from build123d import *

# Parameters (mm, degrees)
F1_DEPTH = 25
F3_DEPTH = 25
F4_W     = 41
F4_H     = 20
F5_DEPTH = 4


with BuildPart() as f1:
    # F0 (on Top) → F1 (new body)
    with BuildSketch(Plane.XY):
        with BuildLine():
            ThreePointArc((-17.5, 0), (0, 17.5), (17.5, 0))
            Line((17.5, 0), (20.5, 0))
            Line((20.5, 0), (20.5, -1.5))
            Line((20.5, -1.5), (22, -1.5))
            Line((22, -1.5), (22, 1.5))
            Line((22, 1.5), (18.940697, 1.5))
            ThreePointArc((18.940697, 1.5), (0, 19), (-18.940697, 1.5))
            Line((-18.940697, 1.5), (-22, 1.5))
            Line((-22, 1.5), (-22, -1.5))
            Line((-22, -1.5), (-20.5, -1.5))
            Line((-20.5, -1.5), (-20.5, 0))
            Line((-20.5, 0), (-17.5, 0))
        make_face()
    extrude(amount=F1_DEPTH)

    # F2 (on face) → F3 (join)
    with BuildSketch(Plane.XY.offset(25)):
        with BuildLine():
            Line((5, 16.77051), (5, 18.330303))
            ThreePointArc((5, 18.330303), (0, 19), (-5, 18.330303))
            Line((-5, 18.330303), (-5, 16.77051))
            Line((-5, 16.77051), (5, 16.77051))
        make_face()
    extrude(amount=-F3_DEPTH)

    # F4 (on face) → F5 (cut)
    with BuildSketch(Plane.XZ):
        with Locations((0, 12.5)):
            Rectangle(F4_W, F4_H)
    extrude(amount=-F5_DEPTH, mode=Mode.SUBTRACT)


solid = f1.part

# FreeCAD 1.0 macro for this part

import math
import FreeCAD as App
import Part
import Sketcher

V = App.Vector

doc = App.newDocument("Part")
body = doc.addObject("PartDesign::Body", "Body")

# Sketch on XY plane
sketch1 = doc.addObject("Sketcher::SketchObject", "Sketch")
body.addObject(sketch1)
sketch1.AttachmentSupport = (doc.XY_Plane, [""])
sketch1.MapMode = "FlatFace"
sketch1.addGeometry([
    Part.ArcOfCircle(Part.Circle(V(0, 0, 0), V(0, 0, 1), 17.5), math.radians(0), math.radians(180)),  # 0
    Part.LineSegment(V(17.5, 0, 0), V(20.5, 0, 0)),  # 1
    Part.LineSegment(V(20.5, 0, 0), V(20.5, -1.5, 0)),  # 2
    Part.LineSegment(V(20.5, -1.5, 0), V(22, -1.5, 0)),  # 3
    Part.LineSegment(V(22, -1.5, 0), V(22, 1.5, 0)),  # 4
    Part.LineSegment(V(22, 1.5, 0), V(18.9, 1.5, 0)),  # 5
    Part.ArcOfCircle(Part.Circle(V(0, 0, 0), V(0, 0, 1), 19), math.radians(5), math.radians(175)),  # 6
    Part.LineSegment(V(-18.9, 1.5, 0), V(-22, 1.5, 0)),  # 7
    Part.LineSegment(V(-22, 1.5, 0), V(-22, -1.5, 0)),  # 8
    Part.LineSegment(V(-22, -1.5, 0), V(-20.5, -1.5, 0)),  # 9
    Part.LineSegment(V(-20.5, -1.5, 0), V(-20.5, 0, 0)),  # 10
    Part.LineSegment(V(-20.5, 0, 0), V(-17.5, 0, 0)),  # 11
], False)
sketch1.addConstraint([
    Sketcher.Constraint("Coincident", 0, 1, 1, 1),
    Sketcher.Constraint("Coincident", 1, 2, 2, 1),
    Sketcher.Constraint("Coincident", 2, 2, 3, 1),
    Sketcher.Constraint("Coincident", 3, 2, 4, 1),
    Sketcher.Constraint("Coincident", 4, 2, 5, 1),
    Sketcher.Constraint("Coincident", 5, 2, 6, 1),
    Sketcher.Constraint("Coincident", 6, 2, 7, 1),
    Sketcher.Constraint("Coincident", 7, 2, 8, 1),
    Sketcher.Constraint("Coincident", 8, 2, 9, 1),
    Sketcher.Constraint("Coincident", 9, 2, 10, 1),
    Sketcher.Constraint("Coincident", 10, 2, 11, 1),
    Sketcher.Constraint("Coincident", 11, 2, 0, 2),
    Sketcher.Constraint("Horizontal", 1),
    Sketcher.Constraint("Vertical", 2),
    Sketcher.Constraint("Horizontal", 3),
    Sketcher.Constraint("Vertical", 4),
    Sketcher.Constraint("Horizontal", 5),
    Sketcher.Constraint("Horizontal", 7),
    Sketcher.Constraint("Vertical", 8),
    Sketcher.Constraint("Horizontal", 9),
    Sketcher.Constraint("Vertical", 10),
    Sketcher.Constraint("Horizontal", 11),
    Sketcher.Constraint("Coincident", 0, 3, -1, 1),
    Sketcher.Constraint("Coincident", 6, 3, -1, 1),
    Sketcher.Constraint("Symmetric", 3, 2, 7, 2, -1, 1),
    Sketcher.Constraint("Symmetric", 1, 2, 10, 2, -1, 1),
    Sketcher.Constraint("PointOnObject", 0, 1, -1),
    Sketcher.Constraint("Horizontal", 5, 2, 6, 2),
    Sketcher.Constraint("Horizontal", 3, 2, 8, 2),
    Sketcher.Constraint("Equal", 9, 2),
    Sketcher.Constraint("Equal", 11, 4),
    Sketcher.Constraint("Radius", 6, 19.0),
    Sketcher.Constraint("Radius", 0, 17.5),
    Sketcher.Constraint("DistanceX", 1, 1, 1, 2, 3.0),
])
pad1 = doc.addObject("PartDesign::Pad", "Pad")
body.addObject(pad1)
pad1.Profile = sketch1
pad1.Length = 25

# Sketch on XY plane
sketch2 = doc.addObject("Sketcher::SketchObject", "Sketch001")
body.addObject(sketch2)
sketch2.AttachmentSupport = (doc.XY_Plane, [""])
sketch2.MapMode = "FlatFace"
sketch2.AttachmentOffset = App.Placement(V(0, 0, 25), App.Rotation())
sketch2.addGeometry([
    Part.LineSegment(V(5, 16.8, 0), V(5, 18.3, 0)),
    Part.ArcOfCircle(Part.Circle(V(0, 0, 0), V(0, 0, 1), 19), math.radians(75), math.radians(105)),
    Part.LineSegment(V(-5, 18.3, 0), V(-5, 16.8, 0)),
    Part.LineSegment(V(-5, 16.8, 0), V(5, 16.8, 0)),
], False)
sketch2.addConstraint([
    Sketcher.Constraint("Coincident", 0, 2, 1, 1),
    Sketcher.Constraint("Coincident", 1, 2, 2, 1),
    Sketcher.Constraint("Coincident", 2, 2, 3, 1),
    Sketcher.Constraint("Coincident", 3, 2, 0, 1),
    Sketcher.Constraint("Vertical", 0),
    Sketcher.Constraint("Vertical", 2),
    Sketcher.Constraint("Horizontal", 3),
    Sketcher.Constraint("Coincident", 1, 3, -1, 1),
    Sketcher.Constraint("Horizontal", 0, 2, 1, 2),
    Sketcher.Constraint("DistanceX", 3, 1, 3, 2, 10.0),
    Sketcher.Constraint("Radius", 1, 19.000006),
    Sketcher.Constraint("DistanceY", 0, 1, 0, 2, 1.559793),
])
pad2 = doc.addObject("PartDesign::Pad", "Pad001")
body.addObject(pad2)
pad2.Profile = sketch2
pad2.Length = 25
pad2.Reversed = True

# Sketch on XZ plane
sketch3 = doc.addObject("Sketcher::SketchObject", "Sketch002")
body.addObject(sketch3)
sketch3.AttachmentSupport = (doc.XZ_Plane, [""])
sketch3.MapMode = "FlatFace"
sketch3.addGeometry([
    Part.LineSegment(V(-20, 22, 0), V(-20, 2, 0)),
    Part.LineSegment(V(-20, 2, 0), V(20, 2, 0)),
    Part.LineSegment(V(20, 2, 0), V(20, 22, 0)),
    Part.LineSegment(V(20, 22, 0), V(-20, 22, 0)),
], False)
sketch3.addConstraint([
    Sketcher.Constraint("Coincident", 0, 2, 1, 1),
    Sketcher.Constraint("Coincident", 1, 2, 2, 1),
    Sketcher.Constraint("Coincident", 2, 2, 3, 1),
    Sketcher.Constraint("Coincident", 3, 2, 0, 1),
    Sketcher.Constraint("Vertical", 0),
    Sketcher.Constraint("Horizontal", 1),
    Sketcher.Constraint("Vertical", 2),
    Sketcher.Constraint("Horizontal", 3),
    Sketcher.Constraint("DistanceX", 1, 1, 1, 2, 41.0),
    Sketcher.Constraint("DistanceY", 0, 2, 0, 1, 20.0),
    Sketcher.Constraint("DistanceX", 0, 2, -1, 1, 20.5),
    Sketcher.Constraint("DistanceY", -1, 1, 0, 2, 2.5),
])
pocket1 = doc.addObject("PartDesign::Pocket", "Pocket")
body.addObject(pocket1)
pocket1.Profile = sketch3
pocket1.Length = 4

doc.recompute()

» **Your objective**: Check the listing for the word "BuildSketch". Show each line that has it.

» **Answer to the problem**:
    with BuildSketch(Plane.XY):
    with BuildSketch(Plane.XY.offset(25)):
    with BuildSketch(Plane.XZ):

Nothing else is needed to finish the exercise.